I think they're planning to heat up big chunks of graphite to thousands of degrees C with electric heaters powered by the grid and then attach these thermocouples when the renewable sources start to flag (windless nights) to cover the gap.
Heat radiation losses (scaling with the fourth power of the temperatures) would obliterate such a storage solution. I could only imagine it as very short-term, at which point heating using electricity and converting back shortly after quickly becomes pointless.
I don't know how they mitigate the radiation losses (huge amounts of insulation?), but it appears that graphite has some interesting properties when heated, like it gets stronger 1000-2500C and doesn't expand much when heated [1]. Perhaps those properties help it to store heat effectively at those extreme temps.
> I don't know how they mitigate the radiation losses (huge amounts of insulation?)
My guess is a vacuum flask made of tungsten. Tungsten sheet metal is a thing and it has the second highest melting point of currently known elements, which is 3,422C.
Then for the 'battery' you will want to find a material that has a phase change around the temperature required for this heat engine to operate. The energy required for water to go from 100c water to 100c steam is considerably more significant than the energy required to go from 0c water to 100c water.
Graphite will likely come into play because you need to have electrodes to heat the material up to storage temperature. Graphite is a good for this sort of thing. Although gradual erosion will likely limit the life of the battery.
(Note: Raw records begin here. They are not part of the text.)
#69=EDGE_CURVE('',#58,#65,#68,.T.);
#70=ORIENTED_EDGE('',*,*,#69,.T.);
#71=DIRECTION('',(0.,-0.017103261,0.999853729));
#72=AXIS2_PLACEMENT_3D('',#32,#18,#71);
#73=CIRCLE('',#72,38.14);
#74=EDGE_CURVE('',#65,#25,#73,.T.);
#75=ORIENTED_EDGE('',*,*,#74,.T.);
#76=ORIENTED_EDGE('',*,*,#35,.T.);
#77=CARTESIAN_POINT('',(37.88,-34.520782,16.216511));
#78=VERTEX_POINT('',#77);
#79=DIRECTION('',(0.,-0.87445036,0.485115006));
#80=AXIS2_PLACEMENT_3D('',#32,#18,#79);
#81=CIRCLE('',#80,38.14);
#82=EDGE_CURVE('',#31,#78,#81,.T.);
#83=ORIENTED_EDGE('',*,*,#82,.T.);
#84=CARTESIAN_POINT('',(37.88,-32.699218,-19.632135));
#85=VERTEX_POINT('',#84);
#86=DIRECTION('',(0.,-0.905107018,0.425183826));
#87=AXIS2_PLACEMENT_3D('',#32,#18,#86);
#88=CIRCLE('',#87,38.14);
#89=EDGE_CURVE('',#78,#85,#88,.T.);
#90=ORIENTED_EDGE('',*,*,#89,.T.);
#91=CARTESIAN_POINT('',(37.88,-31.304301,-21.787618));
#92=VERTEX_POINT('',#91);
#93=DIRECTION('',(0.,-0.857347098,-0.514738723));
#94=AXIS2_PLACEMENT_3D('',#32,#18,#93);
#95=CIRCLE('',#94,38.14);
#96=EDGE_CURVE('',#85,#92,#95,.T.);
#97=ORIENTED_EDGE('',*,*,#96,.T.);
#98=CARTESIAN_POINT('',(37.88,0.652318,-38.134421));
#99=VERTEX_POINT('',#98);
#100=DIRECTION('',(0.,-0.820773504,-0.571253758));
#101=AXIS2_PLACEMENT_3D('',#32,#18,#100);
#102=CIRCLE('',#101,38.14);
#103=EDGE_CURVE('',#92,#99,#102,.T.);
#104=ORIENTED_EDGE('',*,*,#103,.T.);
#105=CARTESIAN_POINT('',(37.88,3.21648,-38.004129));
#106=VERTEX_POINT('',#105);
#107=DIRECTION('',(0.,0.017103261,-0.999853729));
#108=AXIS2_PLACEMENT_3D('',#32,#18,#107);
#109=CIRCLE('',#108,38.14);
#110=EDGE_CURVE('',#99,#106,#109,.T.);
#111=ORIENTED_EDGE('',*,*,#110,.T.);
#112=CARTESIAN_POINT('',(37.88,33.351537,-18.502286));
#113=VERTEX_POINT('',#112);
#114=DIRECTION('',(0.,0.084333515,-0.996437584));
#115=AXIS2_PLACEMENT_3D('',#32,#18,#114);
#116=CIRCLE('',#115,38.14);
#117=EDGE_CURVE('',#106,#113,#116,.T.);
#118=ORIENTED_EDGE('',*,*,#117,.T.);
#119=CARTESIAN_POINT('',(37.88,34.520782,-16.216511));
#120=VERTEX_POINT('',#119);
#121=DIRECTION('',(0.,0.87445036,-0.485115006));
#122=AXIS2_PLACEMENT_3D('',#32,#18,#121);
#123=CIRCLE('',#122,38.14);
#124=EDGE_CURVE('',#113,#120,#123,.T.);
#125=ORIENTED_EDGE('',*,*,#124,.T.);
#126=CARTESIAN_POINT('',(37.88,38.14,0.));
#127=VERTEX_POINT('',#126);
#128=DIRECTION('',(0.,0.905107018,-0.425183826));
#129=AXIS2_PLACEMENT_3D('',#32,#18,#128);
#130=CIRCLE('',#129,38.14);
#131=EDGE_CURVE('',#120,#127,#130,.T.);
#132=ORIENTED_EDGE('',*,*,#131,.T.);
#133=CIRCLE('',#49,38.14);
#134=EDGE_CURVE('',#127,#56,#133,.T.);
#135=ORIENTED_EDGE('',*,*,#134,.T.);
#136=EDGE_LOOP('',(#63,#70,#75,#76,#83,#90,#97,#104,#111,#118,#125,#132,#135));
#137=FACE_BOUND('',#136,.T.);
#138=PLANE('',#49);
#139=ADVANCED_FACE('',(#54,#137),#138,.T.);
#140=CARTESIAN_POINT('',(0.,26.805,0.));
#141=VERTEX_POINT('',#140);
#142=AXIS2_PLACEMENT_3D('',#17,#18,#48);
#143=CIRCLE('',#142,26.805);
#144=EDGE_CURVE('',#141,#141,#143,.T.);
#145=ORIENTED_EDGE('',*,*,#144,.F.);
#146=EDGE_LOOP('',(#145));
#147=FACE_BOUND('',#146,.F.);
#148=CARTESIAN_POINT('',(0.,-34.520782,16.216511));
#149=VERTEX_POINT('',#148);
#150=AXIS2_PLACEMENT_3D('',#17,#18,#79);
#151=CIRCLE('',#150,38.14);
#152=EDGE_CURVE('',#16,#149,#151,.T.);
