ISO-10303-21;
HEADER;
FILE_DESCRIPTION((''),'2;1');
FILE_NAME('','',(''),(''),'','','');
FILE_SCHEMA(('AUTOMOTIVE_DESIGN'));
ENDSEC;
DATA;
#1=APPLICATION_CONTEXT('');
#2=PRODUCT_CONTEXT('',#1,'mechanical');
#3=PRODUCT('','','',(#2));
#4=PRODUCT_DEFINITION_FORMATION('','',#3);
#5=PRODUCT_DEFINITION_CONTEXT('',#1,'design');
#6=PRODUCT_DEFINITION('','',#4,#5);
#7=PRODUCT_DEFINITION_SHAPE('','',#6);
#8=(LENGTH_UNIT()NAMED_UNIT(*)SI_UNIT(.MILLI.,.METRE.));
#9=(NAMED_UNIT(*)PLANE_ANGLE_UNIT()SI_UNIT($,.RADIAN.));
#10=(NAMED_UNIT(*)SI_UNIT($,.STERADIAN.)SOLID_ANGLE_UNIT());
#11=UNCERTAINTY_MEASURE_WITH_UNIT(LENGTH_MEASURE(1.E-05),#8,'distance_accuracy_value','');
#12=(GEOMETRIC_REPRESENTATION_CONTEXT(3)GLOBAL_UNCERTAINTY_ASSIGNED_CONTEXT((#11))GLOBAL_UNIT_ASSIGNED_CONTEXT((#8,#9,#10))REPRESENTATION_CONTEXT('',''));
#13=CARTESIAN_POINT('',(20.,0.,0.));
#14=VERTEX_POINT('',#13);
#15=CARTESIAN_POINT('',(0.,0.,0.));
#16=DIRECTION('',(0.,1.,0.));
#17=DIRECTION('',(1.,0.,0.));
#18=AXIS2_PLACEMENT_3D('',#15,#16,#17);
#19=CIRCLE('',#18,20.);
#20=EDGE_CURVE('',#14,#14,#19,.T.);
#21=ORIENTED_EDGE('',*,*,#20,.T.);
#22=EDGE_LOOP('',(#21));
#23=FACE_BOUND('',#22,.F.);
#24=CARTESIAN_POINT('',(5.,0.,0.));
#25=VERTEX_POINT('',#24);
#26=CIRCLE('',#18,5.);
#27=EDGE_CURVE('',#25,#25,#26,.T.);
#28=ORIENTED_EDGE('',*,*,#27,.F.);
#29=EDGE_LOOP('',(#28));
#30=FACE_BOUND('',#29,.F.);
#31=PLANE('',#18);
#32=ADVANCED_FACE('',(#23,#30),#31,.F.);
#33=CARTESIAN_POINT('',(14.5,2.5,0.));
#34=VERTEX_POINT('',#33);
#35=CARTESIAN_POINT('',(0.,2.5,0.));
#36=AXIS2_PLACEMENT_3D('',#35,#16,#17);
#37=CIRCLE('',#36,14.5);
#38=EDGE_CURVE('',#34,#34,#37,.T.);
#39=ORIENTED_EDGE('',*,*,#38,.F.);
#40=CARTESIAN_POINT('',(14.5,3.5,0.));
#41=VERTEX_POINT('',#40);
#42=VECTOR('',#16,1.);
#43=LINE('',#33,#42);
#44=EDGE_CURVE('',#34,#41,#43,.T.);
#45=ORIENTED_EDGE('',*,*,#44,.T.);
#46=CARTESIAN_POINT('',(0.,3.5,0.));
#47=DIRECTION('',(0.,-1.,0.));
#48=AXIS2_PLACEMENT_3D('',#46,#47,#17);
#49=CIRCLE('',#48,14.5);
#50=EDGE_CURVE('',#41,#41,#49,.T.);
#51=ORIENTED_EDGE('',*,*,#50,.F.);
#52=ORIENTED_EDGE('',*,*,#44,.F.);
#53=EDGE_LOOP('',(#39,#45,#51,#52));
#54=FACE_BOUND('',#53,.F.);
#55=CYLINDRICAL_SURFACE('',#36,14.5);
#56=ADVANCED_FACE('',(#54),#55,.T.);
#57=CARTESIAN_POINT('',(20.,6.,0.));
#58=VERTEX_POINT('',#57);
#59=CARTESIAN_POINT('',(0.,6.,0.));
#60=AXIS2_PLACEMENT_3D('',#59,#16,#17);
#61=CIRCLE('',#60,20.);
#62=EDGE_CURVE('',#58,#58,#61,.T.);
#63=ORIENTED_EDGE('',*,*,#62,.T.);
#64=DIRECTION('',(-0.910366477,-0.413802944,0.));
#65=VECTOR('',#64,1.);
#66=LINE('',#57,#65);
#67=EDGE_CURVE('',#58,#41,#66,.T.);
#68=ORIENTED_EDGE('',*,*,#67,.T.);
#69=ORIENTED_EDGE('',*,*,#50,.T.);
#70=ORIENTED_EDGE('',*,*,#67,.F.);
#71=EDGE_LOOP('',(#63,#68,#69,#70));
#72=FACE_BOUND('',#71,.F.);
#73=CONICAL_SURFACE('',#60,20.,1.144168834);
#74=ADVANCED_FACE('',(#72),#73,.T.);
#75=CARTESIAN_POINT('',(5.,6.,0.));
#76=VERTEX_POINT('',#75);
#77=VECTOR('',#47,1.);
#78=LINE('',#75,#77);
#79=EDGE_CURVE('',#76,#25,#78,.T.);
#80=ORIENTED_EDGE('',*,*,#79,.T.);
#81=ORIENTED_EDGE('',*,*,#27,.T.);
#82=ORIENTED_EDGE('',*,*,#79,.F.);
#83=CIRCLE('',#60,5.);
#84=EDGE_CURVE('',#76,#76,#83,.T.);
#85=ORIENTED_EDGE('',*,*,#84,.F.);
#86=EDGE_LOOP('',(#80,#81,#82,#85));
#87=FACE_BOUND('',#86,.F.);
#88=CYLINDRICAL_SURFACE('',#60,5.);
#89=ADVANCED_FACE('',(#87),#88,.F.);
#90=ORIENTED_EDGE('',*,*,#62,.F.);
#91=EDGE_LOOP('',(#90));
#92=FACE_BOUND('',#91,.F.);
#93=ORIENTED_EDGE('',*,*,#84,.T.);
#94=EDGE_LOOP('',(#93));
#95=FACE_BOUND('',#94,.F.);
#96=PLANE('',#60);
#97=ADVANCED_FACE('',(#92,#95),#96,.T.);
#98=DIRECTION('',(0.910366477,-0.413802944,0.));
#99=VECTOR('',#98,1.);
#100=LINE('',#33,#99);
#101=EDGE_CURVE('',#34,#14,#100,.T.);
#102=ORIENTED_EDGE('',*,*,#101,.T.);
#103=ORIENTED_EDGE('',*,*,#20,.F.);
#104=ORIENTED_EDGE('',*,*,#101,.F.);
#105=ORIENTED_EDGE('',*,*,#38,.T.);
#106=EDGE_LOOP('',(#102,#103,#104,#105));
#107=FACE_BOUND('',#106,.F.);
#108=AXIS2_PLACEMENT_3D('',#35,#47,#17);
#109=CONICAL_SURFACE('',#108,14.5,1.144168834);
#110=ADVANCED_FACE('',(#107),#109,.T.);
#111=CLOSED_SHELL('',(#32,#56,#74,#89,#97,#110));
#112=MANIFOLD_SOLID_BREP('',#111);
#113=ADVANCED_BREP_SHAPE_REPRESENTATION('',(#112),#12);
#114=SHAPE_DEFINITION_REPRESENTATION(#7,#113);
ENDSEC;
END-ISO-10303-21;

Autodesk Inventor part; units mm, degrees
ref_plane "YZ Plane" through (0, 0, 0) normal (1, 0, 0) x (0, 1, 0)
ref_plane "XZ Plane" through (0, 0, 0) normal (0, 1, 0) x (-1, 0, 0)
ref_plane "XY Plane" through (0, 0, 0) normal (0, 0, 1) x (1, 0, 0)
sketch "Esquisse1" plane through (0, 0, 0) normal (0, 0, 1) x (1, 0, 0)
  point P0 (0, 0)
sketch "Esquisse2" plane through (0, 0, 0) normal (0, 0, 1) x (1, 0, 0)
  line L0 (0, 2.5) -> (14.5, 2.5)
  line L1 (14.5, 2.5) -> (20, 0)
  line L2 (20, 0) -> (0, 0)
  line L3 (0, 0) -> (0, 2.5)
  dimension "d0" = 20
  dimension "d1" = 14.5
  dimension "d2" = 2.5
revolve "Révolution1" add sketch "Esquisse2" angle 360 about axis through (0, 0, 0) along (0, 1, 0)
sketch "Esquisse3" plane through (0, 0, 0) normal (0, 0, 1) x (1, 0, 0)
  line L0 (-14.5, 2.5) -> (14.5, 2.5) projected
  line L1 (0, 2.5) -> (14.5, 2.5)
  line L2 (14.5, 2.5) -> (14.5, 3.5)
  line L3 (14.5, 3.5) -> (0, 3.5)
  line L4 (0, 3.5) -> (0, 2.5)
  point P0 (0, 0)
  dimension "d4" = 1
  dimension "d5" = 14.5
revolve "Révolution2" add sketch "Esquisse3" angle 360 about axis through (0, 3.5, 0) along (0, -1, 0)
sketch "Esquisse4" plane through (0, 0, 0) normal (0, 0, 1) x (1, 0, 0)
  line L0 (-14.5, 3.5) -> (14.5, 3.5) projected
  line L1 (0, 3.5) -> (0, 6)
  line L2 (0, 6) -> (20, 6)
  line L3 (20, 6) -> (14.5, 3.5)
  line L4 (14.5, 3.5) -> (0, 3.5)
  point P0 (0, 0)
  dimension "d7" = 20
  dimension "d8" = 2.5
revolve "Révolution3" add sketch "Esquisse4" angle 360 about axis through (0, 3.5, 0) along (0, 1, 0)
sketch "Esquisse5" plane through (0, 6, 0) normal (0, 1, 0) x (1, 0, 0)
  circle A0 centre (0, 0) radius 5
  dimension "d10" = 10
extrude "Extrusion1" cut sketch "Esquisse5" against normal blind 6
properties part number "Wrist polley" material "Plastique ABS"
If that's the case, would the tungsten flask heat up to 2000C and give off the photons that are absorbed by the TPV? I still don't understand how they will control transmission of the heat at those temperatures.
Maybe insulate with reinforced carbon-carbon? I'm not an expert on this, but it doesn't seem outright impossible on the surface, but the details are always what get you.
The insulation I sort of understand. It's how they temporarily breach the insulation to let out the photons to strike the TPV that I don't understand. With normal heat->electricity conversion, you transfer heat to a turbine via a fluid (i.e. water) that is allowed to contact the exterior of a heated vessel, but in this case you need to somehow open a slot to let the photons radiate out.
Install a hinge on the side of the insulation box, swing it open then swing closed a different section that includes the thermocouples?
Or just slide the insulation down in front of the thermocouples when they aren't needed. I have to assume these things mostly work on radiant heat at those temperatures.
You need vacuum super insulation.
Basically take a thermos, and fill the vacuum with (mostly) non-touching reflective foil. It's the golden stuff satellites are wrapped in.